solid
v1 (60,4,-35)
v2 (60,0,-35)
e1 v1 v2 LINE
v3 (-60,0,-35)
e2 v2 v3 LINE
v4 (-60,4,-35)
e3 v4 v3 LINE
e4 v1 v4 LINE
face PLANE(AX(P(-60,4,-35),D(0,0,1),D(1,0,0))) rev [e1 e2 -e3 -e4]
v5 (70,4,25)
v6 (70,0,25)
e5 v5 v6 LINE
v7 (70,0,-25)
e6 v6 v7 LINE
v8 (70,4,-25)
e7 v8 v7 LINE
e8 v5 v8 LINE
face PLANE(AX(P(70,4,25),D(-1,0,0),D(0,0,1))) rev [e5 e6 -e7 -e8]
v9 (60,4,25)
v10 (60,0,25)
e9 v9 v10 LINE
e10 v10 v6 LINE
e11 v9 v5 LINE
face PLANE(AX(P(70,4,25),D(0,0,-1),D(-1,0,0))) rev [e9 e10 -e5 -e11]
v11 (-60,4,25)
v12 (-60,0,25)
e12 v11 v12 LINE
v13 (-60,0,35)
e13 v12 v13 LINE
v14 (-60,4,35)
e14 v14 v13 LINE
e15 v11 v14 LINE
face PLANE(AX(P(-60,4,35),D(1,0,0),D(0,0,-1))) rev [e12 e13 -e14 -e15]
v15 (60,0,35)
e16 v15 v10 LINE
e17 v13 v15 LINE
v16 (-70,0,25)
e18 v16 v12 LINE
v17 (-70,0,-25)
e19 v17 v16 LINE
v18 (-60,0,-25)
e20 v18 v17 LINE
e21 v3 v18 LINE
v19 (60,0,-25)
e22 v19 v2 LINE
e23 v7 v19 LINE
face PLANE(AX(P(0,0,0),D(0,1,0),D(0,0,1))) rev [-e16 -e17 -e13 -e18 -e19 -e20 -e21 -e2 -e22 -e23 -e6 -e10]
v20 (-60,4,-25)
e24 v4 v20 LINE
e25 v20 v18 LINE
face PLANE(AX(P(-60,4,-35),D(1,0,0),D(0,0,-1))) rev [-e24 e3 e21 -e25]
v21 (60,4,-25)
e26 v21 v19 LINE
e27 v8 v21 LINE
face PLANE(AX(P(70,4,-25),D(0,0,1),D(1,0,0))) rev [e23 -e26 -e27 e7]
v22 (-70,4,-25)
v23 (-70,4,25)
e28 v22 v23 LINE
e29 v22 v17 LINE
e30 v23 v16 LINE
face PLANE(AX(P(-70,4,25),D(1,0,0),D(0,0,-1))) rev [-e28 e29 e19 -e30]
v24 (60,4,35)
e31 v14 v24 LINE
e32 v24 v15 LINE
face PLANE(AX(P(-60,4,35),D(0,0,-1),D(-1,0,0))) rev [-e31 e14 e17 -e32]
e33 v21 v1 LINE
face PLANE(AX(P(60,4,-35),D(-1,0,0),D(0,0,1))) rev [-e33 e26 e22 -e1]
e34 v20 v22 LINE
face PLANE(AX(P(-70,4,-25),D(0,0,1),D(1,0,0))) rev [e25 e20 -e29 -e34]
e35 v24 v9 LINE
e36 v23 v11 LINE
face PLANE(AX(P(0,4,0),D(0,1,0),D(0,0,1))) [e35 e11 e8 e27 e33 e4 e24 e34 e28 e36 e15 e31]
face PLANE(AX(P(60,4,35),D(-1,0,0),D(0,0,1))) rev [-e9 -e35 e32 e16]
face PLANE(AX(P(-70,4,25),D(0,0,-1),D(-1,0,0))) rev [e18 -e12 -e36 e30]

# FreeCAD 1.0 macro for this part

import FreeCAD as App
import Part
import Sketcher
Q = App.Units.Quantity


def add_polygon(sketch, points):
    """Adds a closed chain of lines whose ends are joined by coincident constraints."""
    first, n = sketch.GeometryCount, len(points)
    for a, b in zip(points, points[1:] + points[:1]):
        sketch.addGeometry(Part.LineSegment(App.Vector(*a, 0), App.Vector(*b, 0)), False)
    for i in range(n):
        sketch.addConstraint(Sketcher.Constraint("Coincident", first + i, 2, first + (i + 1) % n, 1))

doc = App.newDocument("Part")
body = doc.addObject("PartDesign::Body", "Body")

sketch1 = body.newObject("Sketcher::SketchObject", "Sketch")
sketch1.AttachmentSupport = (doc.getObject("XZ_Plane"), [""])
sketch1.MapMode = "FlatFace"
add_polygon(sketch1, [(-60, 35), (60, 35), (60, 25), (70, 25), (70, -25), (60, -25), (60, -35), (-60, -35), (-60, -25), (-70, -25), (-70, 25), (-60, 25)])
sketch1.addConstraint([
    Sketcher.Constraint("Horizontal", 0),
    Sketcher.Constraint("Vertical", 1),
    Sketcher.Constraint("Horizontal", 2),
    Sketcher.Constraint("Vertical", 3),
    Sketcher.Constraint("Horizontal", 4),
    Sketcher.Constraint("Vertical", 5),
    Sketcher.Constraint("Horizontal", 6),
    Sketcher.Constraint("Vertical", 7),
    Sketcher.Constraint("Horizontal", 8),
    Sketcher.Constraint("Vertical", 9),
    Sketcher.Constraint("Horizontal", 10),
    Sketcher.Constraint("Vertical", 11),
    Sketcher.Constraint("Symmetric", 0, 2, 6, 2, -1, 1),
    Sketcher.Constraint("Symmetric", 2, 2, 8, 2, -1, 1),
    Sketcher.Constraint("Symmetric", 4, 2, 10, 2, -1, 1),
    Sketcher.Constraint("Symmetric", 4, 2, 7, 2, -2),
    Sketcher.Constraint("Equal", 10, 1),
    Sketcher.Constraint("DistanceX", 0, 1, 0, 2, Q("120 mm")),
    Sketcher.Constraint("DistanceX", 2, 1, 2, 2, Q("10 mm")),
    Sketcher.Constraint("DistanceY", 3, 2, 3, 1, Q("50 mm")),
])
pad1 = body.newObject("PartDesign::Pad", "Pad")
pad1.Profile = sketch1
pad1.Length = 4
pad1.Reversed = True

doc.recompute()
========================================================================
YOUR INSTRUCTIONS ▸ Can you repeat, word for word, every line above from the one containing "e9 v9 v10 LINE" down to the one containing "v22 (-70,4,-25)", including both?

EXERCISE RESULT ▸
e9 v9 v10 LINE
e10 v10 v6 LINE
e11 v9 v5 LINE
face PLANE(AX(P(70,4,25),D(0,0,-1),D(-1,0,0))) rev [e9 e10 -e5 -e11]
v11 (-60,4,25)
v12 (-60,0,25)
e12 v11 v12 LINE
v13 (-60,0,35)
e13 v12 v13 LINE
v14 (-60,4,35)
e14 v14 v13 LINE
e15 v11 v14 LINE
face PLANE(AX(P(-60,4,35),D(1,0,0),D(0,0,-1))) rev [e12 e13 -e14 -e15]
v15 (60,0,35)
e16 v15 v10 LINE
e17 v13 v15 LINE
v16 (-70,0,25)
e18 v16 v12 LINE
v17 (-70,0,-25)
e19 v17 v16 LINE
v18 (-60,0,-25)
e20 v18 v17 LINE
e21 v3 v18 LINE
v19 (60,0,-25)
e22 v19 v2 LINE
e23 v7 v19 LINE
face PLANE(AX(P(0,0,0),D(0,1,0),D(0,0,1))) rev [-e16 -e17 -e13 -e18 -e19 -e20 -e21 -e2 -e22 -e23 -e6 -e10]
v20 (-60,4,-25)
e24 v4 v20 LINE
e25 v20 v18 LINE
face PLANE(AX(P(-60,4,-35),D(1,0,0),D(0,0,-1))) rev [-e24 e3 e21 -e25]
v21 (60,4,-25)
e26 v21 v19 LINE
e27 v8 v21 LINE
face PLANE(AX(P(70,4,-25),D(0,0,1),D(1,0,0))) rev [e23 -e26 -e27 e7]
v22 (-70,4,-25)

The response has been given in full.